At the same time, while not in the catastrophe crowd of analysts, we are at the minimum unwilling to chase expensive stocks, even as pundits literally scream for investors to step-up and buy more even after the preceding run or pauses and resumed advances. It brings smiles when some caution as regards 'correction risk', but then encourage chasing the most overvalued.

  

Basically it's a form of hand-holding that's going on, and rationalizing really any and all issues from a never-sell / only-buy perspective. Even if stocks do advance much further; that approach is still marketing, not analysis of a market, which would have to acknowledge the stretching of the move.  

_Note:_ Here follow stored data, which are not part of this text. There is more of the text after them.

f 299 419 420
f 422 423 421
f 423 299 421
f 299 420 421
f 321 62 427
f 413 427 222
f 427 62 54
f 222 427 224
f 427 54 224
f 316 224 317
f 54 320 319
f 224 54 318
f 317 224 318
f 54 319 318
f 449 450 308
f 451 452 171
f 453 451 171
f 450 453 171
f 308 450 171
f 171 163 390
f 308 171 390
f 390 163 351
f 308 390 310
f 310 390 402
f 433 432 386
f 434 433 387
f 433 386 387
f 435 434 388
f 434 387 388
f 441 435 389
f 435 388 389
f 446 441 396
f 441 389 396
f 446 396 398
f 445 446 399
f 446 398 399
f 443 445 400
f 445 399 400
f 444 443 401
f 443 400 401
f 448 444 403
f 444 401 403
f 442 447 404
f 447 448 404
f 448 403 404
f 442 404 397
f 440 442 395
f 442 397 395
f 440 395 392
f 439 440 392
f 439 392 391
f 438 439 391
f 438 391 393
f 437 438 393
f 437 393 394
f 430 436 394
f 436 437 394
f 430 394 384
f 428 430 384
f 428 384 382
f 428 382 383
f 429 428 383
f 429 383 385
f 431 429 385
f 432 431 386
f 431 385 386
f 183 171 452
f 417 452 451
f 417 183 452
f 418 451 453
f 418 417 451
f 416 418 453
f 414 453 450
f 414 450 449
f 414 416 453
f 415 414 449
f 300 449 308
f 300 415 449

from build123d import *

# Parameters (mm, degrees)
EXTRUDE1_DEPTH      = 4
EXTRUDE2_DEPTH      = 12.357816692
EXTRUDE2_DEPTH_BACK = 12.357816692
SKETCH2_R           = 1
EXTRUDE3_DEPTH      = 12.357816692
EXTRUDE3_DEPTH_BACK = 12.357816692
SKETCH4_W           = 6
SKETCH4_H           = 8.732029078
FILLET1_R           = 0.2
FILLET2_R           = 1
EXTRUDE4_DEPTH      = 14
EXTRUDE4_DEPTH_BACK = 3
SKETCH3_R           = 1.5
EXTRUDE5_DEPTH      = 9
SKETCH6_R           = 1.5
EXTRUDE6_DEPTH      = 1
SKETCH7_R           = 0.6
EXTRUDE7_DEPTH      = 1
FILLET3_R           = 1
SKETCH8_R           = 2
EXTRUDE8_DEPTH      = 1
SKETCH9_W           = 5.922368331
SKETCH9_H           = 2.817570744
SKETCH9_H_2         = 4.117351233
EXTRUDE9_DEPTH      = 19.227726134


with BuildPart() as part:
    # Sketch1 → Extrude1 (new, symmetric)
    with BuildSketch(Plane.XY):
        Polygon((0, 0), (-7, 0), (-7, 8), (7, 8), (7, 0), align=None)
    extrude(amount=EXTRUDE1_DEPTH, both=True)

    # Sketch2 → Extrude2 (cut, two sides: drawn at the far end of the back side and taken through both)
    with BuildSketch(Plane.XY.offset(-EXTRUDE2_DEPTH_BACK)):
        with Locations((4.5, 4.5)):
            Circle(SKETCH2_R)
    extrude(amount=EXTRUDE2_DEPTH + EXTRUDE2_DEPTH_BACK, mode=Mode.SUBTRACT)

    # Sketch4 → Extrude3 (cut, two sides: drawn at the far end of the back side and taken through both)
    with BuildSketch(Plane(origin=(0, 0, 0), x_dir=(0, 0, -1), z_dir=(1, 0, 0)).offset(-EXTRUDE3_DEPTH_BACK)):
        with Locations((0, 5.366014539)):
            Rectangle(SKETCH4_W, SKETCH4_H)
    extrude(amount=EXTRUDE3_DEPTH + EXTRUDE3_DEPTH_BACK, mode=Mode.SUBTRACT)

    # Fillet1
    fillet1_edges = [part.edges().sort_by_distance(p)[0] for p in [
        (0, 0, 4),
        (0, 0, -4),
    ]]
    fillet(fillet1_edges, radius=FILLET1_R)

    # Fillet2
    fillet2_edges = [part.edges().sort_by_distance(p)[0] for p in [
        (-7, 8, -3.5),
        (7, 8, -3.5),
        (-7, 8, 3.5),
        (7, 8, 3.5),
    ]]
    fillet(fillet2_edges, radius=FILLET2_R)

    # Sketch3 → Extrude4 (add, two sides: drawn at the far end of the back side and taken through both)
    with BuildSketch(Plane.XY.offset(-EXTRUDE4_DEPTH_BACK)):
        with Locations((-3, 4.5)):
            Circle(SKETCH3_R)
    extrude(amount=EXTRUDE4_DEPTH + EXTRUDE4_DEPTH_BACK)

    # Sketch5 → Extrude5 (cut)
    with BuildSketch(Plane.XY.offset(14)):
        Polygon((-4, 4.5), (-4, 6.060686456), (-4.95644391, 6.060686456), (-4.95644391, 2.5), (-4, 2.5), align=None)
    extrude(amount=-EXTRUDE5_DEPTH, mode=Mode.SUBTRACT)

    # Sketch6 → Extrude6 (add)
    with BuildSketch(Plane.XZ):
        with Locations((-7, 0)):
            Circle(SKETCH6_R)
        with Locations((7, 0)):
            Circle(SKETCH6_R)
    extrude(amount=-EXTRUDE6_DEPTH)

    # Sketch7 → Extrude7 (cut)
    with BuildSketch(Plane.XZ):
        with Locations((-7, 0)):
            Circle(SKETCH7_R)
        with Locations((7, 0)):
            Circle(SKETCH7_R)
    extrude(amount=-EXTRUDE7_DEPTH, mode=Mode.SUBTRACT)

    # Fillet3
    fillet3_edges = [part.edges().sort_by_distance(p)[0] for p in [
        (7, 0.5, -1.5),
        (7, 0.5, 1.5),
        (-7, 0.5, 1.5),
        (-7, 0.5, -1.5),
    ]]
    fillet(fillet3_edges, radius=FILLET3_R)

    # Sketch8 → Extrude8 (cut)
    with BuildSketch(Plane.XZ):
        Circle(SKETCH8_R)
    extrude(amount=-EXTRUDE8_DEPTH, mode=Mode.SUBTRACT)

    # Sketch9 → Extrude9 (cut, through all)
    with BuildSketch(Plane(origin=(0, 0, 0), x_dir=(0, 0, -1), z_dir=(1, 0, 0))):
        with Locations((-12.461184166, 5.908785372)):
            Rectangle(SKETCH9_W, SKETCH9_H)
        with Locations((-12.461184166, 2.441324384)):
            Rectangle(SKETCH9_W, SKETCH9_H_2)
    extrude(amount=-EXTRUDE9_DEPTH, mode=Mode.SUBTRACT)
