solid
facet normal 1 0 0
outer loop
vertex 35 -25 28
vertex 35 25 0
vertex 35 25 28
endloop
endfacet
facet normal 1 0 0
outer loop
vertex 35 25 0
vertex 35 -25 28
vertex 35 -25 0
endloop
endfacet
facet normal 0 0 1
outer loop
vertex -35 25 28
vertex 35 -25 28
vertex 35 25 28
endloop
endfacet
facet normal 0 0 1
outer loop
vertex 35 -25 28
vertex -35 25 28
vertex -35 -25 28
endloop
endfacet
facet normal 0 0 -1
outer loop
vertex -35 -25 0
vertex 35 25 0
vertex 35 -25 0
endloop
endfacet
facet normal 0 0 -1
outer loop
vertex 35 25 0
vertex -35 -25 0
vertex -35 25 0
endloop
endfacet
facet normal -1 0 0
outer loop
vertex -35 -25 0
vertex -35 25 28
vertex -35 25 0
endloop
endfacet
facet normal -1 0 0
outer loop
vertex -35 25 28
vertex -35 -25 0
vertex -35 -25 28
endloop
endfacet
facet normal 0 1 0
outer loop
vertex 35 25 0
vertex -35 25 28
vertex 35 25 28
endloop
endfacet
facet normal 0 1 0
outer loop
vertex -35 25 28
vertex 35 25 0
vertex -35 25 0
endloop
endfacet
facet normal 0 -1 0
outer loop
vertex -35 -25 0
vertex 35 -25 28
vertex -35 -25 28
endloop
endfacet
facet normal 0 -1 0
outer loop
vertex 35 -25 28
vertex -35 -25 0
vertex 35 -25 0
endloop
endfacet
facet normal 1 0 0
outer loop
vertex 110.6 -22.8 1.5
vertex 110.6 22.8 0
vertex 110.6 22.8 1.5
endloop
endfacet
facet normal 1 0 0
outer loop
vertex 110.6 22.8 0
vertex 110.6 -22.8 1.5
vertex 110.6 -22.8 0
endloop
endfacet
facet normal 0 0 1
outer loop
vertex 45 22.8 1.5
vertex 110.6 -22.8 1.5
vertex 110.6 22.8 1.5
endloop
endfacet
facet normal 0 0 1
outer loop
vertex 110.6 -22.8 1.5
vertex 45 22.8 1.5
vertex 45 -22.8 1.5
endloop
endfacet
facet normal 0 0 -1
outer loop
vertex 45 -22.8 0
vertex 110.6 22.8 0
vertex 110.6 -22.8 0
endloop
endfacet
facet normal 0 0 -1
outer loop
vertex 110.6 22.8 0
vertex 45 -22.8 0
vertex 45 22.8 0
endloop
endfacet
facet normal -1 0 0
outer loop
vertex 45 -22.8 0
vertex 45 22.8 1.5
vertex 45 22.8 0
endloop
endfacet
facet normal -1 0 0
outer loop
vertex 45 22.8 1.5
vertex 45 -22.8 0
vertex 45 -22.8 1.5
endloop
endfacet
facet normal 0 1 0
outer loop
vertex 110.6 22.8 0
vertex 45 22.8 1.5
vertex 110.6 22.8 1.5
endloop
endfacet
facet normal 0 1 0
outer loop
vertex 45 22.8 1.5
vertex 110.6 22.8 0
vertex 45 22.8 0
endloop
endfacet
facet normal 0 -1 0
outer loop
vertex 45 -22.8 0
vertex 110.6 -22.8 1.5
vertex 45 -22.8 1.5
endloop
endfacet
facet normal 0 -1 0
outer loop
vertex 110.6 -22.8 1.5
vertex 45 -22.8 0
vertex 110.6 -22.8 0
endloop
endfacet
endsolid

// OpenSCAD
// Two-part enclosure for a small electronics board (e.g. Arduino-based temperature logger)
// Prints together in one job: box on the left, upside-down lid on the right, with a gap.

// ---------------- Parameters ----------------
box_x      = 70;    // box outer length (X)
box_y      = 50;    // box outer width (Y)
box_z      = 30;    // box height (Z)
wall       = 2;     // box wall thickness
floor      = 2;     // box floor thickness
eps        = 0.5;   // cutter overshoot past faces

lip_t      = 1.5;   // lid lip wall thickness
lip_h      = 4;     // lid lip height
lip_x      = 65.6;  // lid lip outer length (X)
lip_y      = 45.6;  // lid lip outer width (Y)

gap        = 10;    // horizontal gap between the two parts
clearance  = 0.2;   // clearance between lip and box opening

$fn = 64;

// Derived
box_in_x = box_x - 2 * wall;
box_in_y = box_y - 2 * wall;
lip_x1   = lip_x - 2 * clearance;   // lip inner size (X)
lip_y1   = lip_y - 2 * clearance;   // lip inner size (Y)

// ---------------- Model ----------------
union() {
    // Part 1: box, open top
    translate([-box_x / 2, -box_y / 2, 0])
        cube([box_x, box_y, box_z - floor]);

    // Part 2: lid, printed upside down with a rectangular lip
    translate([box_x / 2 + gap, -lip_y / 2, 0])
        cube([lip_x, lip_y, lip_t]);                                     // lip base plate
    translate([lip_x1 / 2, lip_y1 / 2, lip_h])
        cube([lip_x - lip_x1, lip_y - lip_y1, lip_t]);                   // lip walls (open top)
}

So that's interesting; but even those in-agreement with us about rising risk, seem to be minimizing it by (for-instance) saying that stocks like Apple are only 4% of the S&P. Ha. Not even close. Really it's about 20% of activity; a reference to the concentration of no more than a handful of stocks clearly dominating the day-to-day behavior of the S&P Senior Index.  

  

Bottom-line: breadth may be superficially solid; but beneath-the-surface there's this continued evidence of 'individual wealth liquidations', while the institutional crowd keeps rotating in-hopes of keeping the upside alive. It's a market seeming on life-support, while its virtues are exaggerated.  

I have mentioned the real concerns about tariffs and retaliation that mostly are ignored (everyone presumes -and it may be- just negotiating ploys); at the same time that Chinese debt issues are real.  

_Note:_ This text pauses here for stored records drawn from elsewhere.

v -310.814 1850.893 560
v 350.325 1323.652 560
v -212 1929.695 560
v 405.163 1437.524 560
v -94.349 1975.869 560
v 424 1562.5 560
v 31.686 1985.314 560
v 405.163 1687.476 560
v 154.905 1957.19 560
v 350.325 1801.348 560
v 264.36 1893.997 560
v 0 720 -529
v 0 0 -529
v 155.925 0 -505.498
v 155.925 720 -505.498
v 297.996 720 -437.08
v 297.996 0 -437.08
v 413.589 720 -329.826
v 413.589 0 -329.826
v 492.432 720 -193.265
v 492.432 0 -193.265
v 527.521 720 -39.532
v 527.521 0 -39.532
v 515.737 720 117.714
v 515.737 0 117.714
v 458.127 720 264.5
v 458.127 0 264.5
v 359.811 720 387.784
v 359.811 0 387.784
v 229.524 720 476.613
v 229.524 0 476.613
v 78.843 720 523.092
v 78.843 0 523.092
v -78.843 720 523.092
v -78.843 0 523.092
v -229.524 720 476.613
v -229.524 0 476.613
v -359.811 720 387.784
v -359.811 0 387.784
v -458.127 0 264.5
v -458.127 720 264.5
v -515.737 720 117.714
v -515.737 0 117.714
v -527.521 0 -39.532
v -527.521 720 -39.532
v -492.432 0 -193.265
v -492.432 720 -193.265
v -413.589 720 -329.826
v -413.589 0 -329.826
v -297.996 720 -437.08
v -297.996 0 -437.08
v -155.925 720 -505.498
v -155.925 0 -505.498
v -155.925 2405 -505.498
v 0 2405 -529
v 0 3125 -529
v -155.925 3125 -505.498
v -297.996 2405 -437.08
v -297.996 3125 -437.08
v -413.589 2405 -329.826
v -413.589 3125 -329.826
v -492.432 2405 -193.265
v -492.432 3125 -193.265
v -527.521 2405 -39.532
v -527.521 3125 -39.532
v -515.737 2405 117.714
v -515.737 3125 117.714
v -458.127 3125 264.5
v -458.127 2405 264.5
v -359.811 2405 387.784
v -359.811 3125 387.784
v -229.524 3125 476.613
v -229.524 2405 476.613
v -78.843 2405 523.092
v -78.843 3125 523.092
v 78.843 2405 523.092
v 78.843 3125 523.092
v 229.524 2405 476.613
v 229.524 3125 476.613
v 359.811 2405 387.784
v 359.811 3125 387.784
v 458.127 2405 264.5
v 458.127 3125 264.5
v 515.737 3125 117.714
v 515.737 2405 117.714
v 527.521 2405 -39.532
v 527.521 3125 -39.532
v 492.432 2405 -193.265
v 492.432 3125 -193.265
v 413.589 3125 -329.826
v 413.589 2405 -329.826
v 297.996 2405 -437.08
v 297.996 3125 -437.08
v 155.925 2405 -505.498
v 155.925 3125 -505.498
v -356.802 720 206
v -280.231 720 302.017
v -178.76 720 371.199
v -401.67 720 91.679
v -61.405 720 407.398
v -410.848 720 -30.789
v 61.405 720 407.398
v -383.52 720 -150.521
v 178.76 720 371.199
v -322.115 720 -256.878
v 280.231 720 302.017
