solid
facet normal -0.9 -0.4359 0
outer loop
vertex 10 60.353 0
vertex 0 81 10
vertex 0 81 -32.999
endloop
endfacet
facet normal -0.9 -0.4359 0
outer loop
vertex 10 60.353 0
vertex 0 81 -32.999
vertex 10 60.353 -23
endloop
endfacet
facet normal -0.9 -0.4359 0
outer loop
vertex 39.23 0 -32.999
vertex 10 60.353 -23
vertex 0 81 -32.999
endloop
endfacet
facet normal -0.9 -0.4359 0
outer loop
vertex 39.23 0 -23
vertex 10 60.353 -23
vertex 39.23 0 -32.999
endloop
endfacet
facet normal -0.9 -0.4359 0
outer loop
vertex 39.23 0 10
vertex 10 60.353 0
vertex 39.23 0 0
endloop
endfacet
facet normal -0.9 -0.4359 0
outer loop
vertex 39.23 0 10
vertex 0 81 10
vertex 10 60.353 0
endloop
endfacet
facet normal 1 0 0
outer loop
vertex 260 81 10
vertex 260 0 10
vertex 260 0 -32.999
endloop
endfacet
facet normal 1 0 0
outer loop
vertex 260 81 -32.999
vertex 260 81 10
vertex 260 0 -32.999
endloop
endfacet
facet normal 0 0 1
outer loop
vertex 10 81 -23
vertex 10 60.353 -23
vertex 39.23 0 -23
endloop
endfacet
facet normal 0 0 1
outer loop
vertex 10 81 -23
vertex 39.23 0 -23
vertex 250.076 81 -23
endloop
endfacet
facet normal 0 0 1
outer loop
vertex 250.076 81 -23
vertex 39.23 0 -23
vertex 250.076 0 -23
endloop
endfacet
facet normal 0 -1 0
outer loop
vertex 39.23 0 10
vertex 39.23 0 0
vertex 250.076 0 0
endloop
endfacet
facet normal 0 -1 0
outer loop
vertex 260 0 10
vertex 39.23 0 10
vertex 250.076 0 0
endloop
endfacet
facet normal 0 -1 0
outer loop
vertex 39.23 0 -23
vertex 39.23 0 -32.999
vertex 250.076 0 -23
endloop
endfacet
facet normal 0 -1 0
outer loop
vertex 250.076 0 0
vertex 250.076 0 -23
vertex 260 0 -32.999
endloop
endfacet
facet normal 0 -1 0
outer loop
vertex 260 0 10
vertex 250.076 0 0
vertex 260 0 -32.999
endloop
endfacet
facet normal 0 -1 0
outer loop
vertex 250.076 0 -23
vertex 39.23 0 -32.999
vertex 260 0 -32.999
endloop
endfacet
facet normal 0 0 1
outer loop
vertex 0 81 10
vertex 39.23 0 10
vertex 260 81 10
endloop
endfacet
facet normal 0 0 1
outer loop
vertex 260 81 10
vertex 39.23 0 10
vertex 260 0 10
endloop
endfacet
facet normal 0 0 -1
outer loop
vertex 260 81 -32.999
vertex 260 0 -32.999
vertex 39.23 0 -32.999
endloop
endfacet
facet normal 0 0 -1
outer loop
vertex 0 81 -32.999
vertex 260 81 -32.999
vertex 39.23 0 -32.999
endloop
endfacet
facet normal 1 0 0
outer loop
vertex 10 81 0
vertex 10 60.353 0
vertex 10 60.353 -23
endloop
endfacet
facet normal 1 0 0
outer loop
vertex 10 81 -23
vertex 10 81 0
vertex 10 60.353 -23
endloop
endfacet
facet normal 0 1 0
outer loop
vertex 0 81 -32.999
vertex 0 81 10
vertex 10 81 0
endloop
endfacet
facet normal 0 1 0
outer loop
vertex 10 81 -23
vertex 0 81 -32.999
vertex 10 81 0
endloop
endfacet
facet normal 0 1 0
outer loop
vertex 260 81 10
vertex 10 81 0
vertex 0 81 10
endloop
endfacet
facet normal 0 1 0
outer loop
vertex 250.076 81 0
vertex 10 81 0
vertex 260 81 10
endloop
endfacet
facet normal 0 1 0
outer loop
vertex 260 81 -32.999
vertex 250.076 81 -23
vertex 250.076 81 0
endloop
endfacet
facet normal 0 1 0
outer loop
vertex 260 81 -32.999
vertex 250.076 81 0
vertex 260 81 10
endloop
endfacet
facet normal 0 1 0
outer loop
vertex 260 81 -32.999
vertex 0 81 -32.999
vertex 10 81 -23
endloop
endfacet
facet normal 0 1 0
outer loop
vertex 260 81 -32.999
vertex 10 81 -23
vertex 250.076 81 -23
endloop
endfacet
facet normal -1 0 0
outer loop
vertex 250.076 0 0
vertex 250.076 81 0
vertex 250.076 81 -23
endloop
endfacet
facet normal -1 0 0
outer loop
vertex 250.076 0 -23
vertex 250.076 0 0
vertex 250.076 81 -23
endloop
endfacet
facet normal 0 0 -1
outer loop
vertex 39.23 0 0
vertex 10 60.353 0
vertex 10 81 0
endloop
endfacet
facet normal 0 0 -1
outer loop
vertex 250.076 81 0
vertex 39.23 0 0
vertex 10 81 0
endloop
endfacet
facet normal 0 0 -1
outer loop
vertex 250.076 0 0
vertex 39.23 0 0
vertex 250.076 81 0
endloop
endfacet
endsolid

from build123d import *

# Parameters (mm, degrees)
ESQUISSE5_W                  = 10
ESQUISSE5_H                  = 23
ESQUISSE5_W_2                = 260
ESQUISSE5_H_2                = 10
ESQUISSE5_W_3                = 9.9238066
BOSS_EXTRU_4_DEPTH           = 81
ENL_V_MAT_EXTRU_2_DEPTH      = 2
ENL_V_MAT_EXTRU_2_DEPTH_BACK = 227


with BuildPart() as part:
    # Esquisse5 → Boss.-Extru.4 (new body)
    with BuildSketch(Plane(origin=(0, 0, 0), x_dir=(1, 0, 0), z_dir=(0, 1, 0))):
        Polygon((0, 32.998552378), (0, 23), (10, 23), (250.0761934, 23), (260, 23), (260, 32.998552378), align=None)
        with Locations((5, 11.5)):
            Rectangle(ESQUISSE5_W, ESQUISSE5_H)
        with Locations((130, -5)):
            Rectangle(ESQUISSE5_W_2, ESQUISSE5_H_2)
        with Locations((255.0380967, 11.5)):
            Rectangle(ESQUISSE5_W_3, ESQUISSE5_H)
    extrude(amount=BOSS_EXTRU_4_DEPTH)

    # Esquisse7 → Enlèv. mat.-Extru.2 (cut, two sides: drawn at the far end of the back side and taken through both)
    with BuildSketch(Plane(origin=(0, 0, -32.998552378), x_dir=(-1, 0, 0), z_dir=(0, 0, -1)).offset(-ENL_V_MAT_EXTRU_2_DEPTH_BACK)):
        Polygon((0, 0), (0, 81), (-39.230090492, 0), align=None)
    extrude(amount=ENL_V_MAT_EXTRU_2_DEPTH + ENL_V_MAT_EXTRU_2_DEPTH_BACK, mode=Mode.SUBTRACT)


solid = part.part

Also the entire relationship with China, and the strategic balance in Asia, may hinge on the outcome of the Korean Summit. I'm going to elevate this to greater importance because I suspect Trump has figured-out what really large impacts can come of it.  

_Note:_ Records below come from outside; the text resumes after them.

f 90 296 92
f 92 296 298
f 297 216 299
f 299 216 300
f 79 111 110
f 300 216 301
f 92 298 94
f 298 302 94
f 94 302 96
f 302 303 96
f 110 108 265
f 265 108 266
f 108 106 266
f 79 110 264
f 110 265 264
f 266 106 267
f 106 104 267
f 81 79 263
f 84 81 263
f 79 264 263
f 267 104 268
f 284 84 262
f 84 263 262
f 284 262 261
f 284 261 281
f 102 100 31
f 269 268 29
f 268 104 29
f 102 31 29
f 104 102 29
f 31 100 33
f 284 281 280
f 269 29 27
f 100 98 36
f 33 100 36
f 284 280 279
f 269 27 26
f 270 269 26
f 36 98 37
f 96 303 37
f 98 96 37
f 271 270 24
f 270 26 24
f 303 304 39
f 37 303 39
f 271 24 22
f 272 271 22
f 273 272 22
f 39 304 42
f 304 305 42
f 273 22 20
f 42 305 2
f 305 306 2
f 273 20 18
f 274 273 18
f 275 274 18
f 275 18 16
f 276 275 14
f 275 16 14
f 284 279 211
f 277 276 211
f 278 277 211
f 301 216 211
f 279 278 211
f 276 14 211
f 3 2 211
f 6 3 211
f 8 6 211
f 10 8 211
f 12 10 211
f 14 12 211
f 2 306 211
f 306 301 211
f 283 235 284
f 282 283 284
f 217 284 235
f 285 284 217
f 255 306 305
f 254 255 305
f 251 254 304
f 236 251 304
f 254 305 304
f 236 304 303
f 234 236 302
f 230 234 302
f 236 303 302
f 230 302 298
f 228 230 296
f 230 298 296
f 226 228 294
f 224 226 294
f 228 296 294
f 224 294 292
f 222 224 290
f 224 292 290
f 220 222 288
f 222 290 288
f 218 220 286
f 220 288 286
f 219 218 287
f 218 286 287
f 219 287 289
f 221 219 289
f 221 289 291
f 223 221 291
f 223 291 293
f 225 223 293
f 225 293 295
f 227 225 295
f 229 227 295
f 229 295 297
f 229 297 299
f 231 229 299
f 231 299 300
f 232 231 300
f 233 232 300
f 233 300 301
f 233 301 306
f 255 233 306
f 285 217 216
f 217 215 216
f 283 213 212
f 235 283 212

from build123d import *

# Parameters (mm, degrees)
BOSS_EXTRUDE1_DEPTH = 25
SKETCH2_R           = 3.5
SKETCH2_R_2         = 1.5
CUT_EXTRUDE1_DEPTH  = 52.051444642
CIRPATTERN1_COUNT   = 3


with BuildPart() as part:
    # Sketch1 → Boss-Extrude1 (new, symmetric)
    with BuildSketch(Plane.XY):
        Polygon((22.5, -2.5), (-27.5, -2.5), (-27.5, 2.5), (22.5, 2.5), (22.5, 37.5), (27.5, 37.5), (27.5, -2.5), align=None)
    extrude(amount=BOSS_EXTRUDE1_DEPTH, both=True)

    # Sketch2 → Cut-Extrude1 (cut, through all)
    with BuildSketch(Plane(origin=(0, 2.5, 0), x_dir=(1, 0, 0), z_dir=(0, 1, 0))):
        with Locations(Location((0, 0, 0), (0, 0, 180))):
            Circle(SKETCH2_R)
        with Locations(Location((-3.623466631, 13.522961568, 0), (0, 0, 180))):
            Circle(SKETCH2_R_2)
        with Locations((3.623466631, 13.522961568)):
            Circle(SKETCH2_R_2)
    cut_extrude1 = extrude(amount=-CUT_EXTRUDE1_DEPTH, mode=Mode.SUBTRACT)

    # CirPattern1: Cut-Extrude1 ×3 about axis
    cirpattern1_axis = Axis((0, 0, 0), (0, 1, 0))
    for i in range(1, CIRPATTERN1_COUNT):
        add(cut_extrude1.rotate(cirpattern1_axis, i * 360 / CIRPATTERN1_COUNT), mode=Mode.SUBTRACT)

To wit: peace on the Korean Peninsula (even if it's years of phasing-out of nuclear weapons and American Forces presence in the South) means far more than just that. Peace is the 'micro' aspect of the potential settlement. The 'macro' aspect relates to involving Japan and the USA in rebuilding of an industrialized North Korea, which then would be drawn into a slight tilt to the US and South, more so than to it's perennial puppet-master, China.

I believe South Korea figured this out first; China got a handle on it second (perhaps why that additional trip by Kim to China); and Trump now realizes this IS a bigger deal than what everyone talks about on the surface. Hence a strategic victory might be at-hand should peace (and business) prevail; a slightly different outcome than China wanted, but they too are reluctantly it seems in the position of having to realize the US is on-top in this upcoming negotiating phase. Of course our media won't address it that way, even if it should be correct that the ancillary implications are so significant to Asia. 

  

In-sum: this is about to be an historic month; at least potentially. And with the outcome in Singapore at-stake, it's not wonder China toughened up in the South China Sea (to make their point); and we are doing the same as China (also not widely reported in the US) threatens Taiwan yet-again.  

It's definitely a time of yin-and-yang for politics, geopolitics, and markets. So we'd stay nimble and allow for sharp moves; although at the moment it is a market in a short of consolidation phase after a nominal breakout only for the NASDAQ; and there is no shot at new highs for the S&P for now.